I think the field is evolving gradually, as we understand the most important molecular genetic changes that are associated with the disease and which mutations, for example, need to be targeted at various time points. That understanding, along with the development of new drugs that target these genetic abnormalities, I think are going to drive the progress of the disease.
And right now, unfortunately, we have a lot of targets, potentially, but we don't have a lot of drugs. So the development of drugs lags behind the knowledge about the targets. But I do see more targeted therapy evolving over time. And I think there's also going to be an important role for immunotherapy, which could be considered a form of targeted therapy, but probably not to the same degree, because you're really trying to harness the immune system in a way that recognizes the leukemia cells as being foreign and attacking and destroying them. And that can be done through a variety of methods, including antibody-based therapies, what we call bispecific antibodies, in some cases where you target the leukemia cell and put it in proximity to a T cell that can kill it by bringing the cells close together.
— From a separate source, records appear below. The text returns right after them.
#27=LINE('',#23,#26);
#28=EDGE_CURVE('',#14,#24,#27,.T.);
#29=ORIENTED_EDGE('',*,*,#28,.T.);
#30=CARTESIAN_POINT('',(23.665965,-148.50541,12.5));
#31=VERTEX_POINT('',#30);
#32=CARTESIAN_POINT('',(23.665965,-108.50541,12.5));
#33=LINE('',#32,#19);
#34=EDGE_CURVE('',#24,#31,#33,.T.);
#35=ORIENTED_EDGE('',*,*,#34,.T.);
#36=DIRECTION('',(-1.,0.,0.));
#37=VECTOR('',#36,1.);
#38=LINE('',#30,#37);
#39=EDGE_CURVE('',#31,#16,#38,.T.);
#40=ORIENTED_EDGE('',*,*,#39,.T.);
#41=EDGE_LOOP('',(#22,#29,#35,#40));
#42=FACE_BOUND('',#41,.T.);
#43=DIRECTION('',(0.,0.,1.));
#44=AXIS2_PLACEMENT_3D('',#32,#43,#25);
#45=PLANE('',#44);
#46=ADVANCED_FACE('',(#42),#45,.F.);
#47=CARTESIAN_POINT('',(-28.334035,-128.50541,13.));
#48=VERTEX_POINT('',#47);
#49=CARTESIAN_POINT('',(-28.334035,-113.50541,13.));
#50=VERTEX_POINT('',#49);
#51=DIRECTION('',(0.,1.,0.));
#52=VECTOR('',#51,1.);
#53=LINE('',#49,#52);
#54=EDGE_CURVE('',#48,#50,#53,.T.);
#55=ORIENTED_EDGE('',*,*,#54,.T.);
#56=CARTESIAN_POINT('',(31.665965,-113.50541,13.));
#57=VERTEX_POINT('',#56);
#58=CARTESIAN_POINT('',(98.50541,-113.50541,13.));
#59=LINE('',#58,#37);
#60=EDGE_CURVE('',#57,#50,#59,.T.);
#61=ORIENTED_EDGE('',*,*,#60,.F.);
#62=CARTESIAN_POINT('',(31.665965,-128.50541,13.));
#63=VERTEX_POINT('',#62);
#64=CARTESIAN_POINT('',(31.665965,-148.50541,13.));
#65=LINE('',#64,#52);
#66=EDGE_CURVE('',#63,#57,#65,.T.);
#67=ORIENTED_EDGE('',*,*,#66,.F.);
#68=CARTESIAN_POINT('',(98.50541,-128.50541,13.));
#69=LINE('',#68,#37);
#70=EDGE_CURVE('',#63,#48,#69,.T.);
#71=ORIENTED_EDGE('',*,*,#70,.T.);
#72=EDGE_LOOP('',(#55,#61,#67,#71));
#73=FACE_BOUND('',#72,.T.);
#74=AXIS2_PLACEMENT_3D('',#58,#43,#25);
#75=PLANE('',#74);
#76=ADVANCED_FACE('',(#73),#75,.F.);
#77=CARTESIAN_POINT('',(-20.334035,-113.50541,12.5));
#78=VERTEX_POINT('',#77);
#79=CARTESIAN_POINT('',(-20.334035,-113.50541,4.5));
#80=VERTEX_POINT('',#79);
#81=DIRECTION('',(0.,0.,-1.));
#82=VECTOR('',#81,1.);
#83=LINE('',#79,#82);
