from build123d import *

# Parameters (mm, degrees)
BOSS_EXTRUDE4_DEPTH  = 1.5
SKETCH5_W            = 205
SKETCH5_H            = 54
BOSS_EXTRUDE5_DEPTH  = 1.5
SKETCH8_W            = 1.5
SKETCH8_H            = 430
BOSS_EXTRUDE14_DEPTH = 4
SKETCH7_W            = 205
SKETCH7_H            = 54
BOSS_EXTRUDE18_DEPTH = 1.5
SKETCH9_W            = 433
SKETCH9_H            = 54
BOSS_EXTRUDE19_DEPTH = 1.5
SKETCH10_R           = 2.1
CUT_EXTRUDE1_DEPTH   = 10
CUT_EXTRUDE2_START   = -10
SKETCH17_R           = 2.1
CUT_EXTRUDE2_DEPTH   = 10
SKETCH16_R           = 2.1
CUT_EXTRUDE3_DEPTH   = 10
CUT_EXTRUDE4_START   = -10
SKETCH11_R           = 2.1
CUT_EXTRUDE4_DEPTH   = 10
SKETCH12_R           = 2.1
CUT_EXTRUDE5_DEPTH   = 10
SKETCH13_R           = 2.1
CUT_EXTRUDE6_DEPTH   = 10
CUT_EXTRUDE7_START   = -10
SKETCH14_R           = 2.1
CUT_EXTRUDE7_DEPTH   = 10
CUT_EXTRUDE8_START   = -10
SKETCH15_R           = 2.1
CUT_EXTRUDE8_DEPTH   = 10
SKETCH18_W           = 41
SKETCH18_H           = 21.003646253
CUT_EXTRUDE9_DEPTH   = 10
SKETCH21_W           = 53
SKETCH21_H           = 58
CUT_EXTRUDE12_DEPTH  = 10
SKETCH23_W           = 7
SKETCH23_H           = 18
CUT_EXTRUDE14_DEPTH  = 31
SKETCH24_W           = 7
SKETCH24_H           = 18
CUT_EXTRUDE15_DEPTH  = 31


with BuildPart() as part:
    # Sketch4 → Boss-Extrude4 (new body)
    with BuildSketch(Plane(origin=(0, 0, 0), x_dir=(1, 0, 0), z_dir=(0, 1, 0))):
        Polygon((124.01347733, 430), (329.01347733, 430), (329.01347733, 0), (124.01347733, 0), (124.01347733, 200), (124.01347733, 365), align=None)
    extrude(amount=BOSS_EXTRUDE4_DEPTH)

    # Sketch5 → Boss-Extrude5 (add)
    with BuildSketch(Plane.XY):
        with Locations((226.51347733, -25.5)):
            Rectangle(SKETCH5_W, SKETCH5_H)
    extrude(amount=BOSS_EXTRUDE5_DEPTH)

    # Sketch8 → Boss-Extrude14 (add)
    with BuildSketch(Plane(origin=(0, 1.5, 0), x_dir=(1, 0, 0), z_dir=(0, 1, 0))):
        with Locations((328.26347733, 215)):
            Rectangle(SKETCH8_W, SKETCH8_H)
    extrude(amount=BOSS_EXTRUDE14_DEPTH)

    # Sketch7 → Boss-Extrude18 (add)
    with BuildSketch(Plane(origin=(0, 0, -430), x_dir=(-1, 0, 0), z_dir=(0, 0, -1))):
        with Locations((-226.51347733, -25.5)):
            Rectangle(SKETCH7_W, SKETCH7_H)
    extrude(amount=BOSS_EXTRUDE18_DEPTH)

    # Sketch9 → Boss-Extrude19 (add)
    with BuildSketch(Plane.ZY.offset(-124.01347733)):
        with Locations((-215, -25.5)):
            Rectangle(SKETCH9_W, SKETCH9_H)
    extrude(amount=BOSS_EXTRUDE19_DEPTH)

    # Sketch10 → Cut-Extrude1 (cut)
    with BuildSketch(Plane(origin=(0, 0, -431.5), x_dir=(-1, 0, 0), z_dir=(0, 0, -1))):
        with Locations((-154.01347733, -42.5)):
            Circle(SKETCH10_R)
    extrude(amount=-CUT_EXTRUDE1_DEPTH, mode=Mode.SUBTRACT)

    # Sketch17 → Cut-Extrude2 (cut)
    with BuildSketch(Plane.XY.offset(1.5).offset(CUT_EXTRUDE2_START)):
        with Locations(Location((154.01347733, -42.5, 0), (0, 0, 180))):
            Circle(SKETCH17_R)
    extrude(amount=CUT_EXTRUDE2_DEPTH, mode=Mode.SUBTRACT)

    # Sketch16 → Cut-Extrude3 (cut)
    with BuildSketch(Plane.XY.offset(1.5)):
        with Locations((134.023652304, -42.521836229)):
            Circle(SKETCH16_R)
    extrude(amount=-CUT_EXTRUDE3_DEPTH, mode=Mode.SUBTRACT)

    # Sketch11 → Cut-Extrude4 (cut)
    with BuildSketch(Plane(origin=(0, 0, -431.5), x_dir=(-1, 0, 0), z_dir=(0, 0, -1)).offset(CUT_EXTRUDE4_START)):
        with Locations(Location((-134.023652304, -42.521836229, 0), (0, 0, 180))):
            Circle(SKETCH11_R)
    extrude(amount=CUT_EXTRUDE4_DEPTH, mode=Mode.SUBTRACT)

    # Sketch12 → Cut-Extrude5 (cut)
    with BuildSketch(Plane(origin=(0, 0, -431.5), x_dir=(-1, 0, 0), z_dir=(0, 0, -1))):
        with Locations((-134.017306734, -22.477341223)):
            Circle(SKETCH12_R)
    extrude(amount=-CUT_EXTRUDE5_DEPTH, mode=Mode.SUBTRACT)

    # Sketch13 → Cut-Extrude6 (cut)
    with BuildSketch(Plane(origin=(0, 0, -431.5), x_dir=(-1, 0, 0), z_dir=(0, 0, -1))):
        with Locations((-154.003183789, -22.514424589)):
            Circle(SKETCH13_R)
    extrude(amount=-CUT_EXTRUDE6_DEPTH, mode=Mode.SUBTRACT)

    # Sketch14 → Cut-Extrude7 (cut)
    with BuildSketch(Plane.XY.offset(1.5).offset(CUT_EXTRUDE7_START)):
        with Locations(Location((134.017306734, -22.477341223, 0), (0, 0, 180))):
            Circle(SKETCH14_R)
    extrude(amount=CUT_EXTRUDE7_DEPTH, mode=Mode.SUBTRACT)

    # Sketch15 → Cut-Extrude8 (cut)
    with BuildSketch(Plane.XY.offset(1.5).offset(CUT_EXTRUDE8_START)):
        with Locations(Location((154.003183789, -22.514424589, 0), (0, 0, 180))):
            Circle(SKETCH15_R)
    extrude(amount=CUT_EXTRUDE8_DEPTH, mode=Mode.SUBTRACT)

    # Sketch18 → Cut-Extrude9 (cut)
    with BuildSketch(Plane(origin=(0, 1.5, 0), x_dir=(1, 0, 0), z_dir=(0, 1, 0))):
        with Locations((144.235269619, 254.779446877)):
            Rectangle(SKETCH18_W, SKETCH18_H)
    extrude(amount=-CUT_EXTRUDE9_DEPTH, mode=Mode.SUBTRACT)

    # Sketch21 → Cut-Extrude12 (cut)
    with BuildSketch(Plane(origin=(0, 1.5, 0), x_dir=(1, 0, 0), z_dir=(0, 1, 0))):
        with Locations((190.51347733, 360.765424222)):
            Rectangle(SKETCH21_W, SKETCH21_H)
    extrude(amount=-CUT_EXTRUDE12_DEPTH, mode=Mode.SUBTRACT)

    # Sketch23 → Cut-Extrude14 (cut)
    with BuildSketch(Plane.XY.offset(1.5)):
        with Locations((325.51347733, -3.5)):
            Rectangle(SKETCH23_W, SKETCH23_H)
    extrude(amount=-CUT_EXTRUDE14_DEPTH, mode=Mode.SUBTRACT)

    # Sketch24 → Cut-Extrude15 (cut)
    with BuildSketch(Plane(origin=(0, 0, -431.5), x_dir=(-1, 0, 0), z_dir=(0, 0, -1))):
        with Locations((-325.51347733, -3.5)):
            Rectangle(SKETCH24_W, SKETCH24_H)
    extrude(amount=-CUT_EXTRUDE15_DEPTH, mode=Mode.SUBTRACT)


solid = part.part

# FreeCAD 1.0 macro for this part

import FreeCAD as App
import Part
import Sketcher
from FreeCAD import Vector

doc = App.newDocument("Part")
body = doc.addObject("PartDesign::Body", "Body")

# Sketch on XZ plane
sketch1 = body.newObject("Sketcher::SketchObject", "Sketch")
sketch1.AttachmentSupport = (doc.getObject("XZ_Plane"), [""])
sketch1.MapMode = "FlatFace"
sketch1.addGeometry([
    Part.LineSegment(Vector(329.013477, -430, 0), Vector(124.013477, -430, 0)),
    Part.LineSegment(Vector(124.013477, -430, 0), Vector(124.013477, 0, 0)),
    Part.LineSegment(Vector(124.013477, 0, 0), Vector(329.013477, 0, 0)),
    Part.LineSegment(Vector(329.013477, 0, 0), Vector(329.013477, -430, 0)),
], False)
sketch1.addConstraint([
    Sketcher.Constraint("Coincident", 0, 2, 1, 1),
    Sketcher.Constraint("Coincident", 1, 2, 2, 1),
    Sketcher.Constraint("Coincident", 2, 2, 3, 1),
    Sketcher.Constraint("Coincident", 3, 2, 0, 1),
    Sketcher.Constraint("Horizontal", 0),
    Sketcher.Constraint("Vertical", 1),
    Sketcher.Constraint("Horizontal", 2),
    Sketcher.Constraint("Vertical", 3),
    Sketcher.Constraint("PointOnObject", 1, 2, -1),
    Sketcher.Constraint("DistanceX", 0, 2, 0, 1, 205.0),
    Sketcher.Constraint("DistanceY", 1, 1, 1, 2, 430.0),
    Sketcher.Constraint("DistanceX", -1, 1, 0, 2, 124.013477),
])
pad1 = body.newObject("PartDesign::Pad", "Pad")
pad1.Profile = sketch1
pad1.Length = 1.5
pad1.Reversed = True

# Sketch on XY plane
sketch2 = body.newObject("Sketcher::SketchObject", "Sketch001")
sketch2.AttachmentSupport = (doc.getObject("XY_Plane"), [""])
sketch2.MapMode = "FlatFace"
sketch2.addGeometry([
    Part.LineSegment(Vector(124.013477, 1.5, 0), Vector(124.013477, -52.5, 0)),
    Part.LineSegment(Vector(124.013477, -52.5, 0), Vector(329.013477, -52.5, 0)),
    Part.LineSegment(Vector(329.013477, -52.5, 0), Vector(329.013477, 1.5, 0)),
    Part.LineSegment(Vector(329.013477, 1.5, 0), Vector(124.013477, 1.5, 0)),
], False)
sketch2.addConstraint([
    Sketcher.Constraint("Coincident", 0, 2, 1, 1),
    Sketcher.Constraint("Coincident", 1, 2, 2, 1),
    Sketcher.Constraint("Coincident", 2, 2, 3, 1),
    Sketcher.Constraint("Coincident", 3, 2, 0, 1),
    Sketcher.Constraint("Vertical", 0),
    Sketcher.Constraint("Horizontal", 1),
    Sketcher.Constraint("Vertical", 2),
    Sketcher.Constraint("Horizontal", 3),
    Sketcher.Constraint("DistanceX", 1, 1, 1, 2, 205.0),
    Sketcher.Constraint("DistanceY", 0, 2, 0, 1, 54.0),
    Sketcher.Constraint("DistanceY", 0, 2, -1, 1, 52.5),
    Sketcher.Constraint("DistanceX", -1, 1, 0, 2, 124.013477),
])
pad2 = body.newObject("PartDesign::Pad", "Pad001")
pad2.Profile = sketch2
pad2.Length = 1.5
Then, of course, you have the whole field of cellular immunotherapy, which involves options such as CAR-T therapy, which are really still in the very early stages and not yet standard of care. But these types of therapies certainly will be expensive, and probably change the financial landscape of how we treat this disease, as well. But right now, we're not yet at a point where we have clearly defined standard-of-care types of effective therapies in the immunotherapy realm, for the most part, in AML. But I think it's coming, and I think we have to be ready to tackle the questions about which patients should be receiving it so that we're not treating some patients unnecessarily, and how long people should be on it. You know, what are the risks associated with drugs such as immunotherapies that may help people live longer but have more chronic toxicities that have to be dealt with? [Another factor is] the overall cost of care in an already very expensive-to-treat disease.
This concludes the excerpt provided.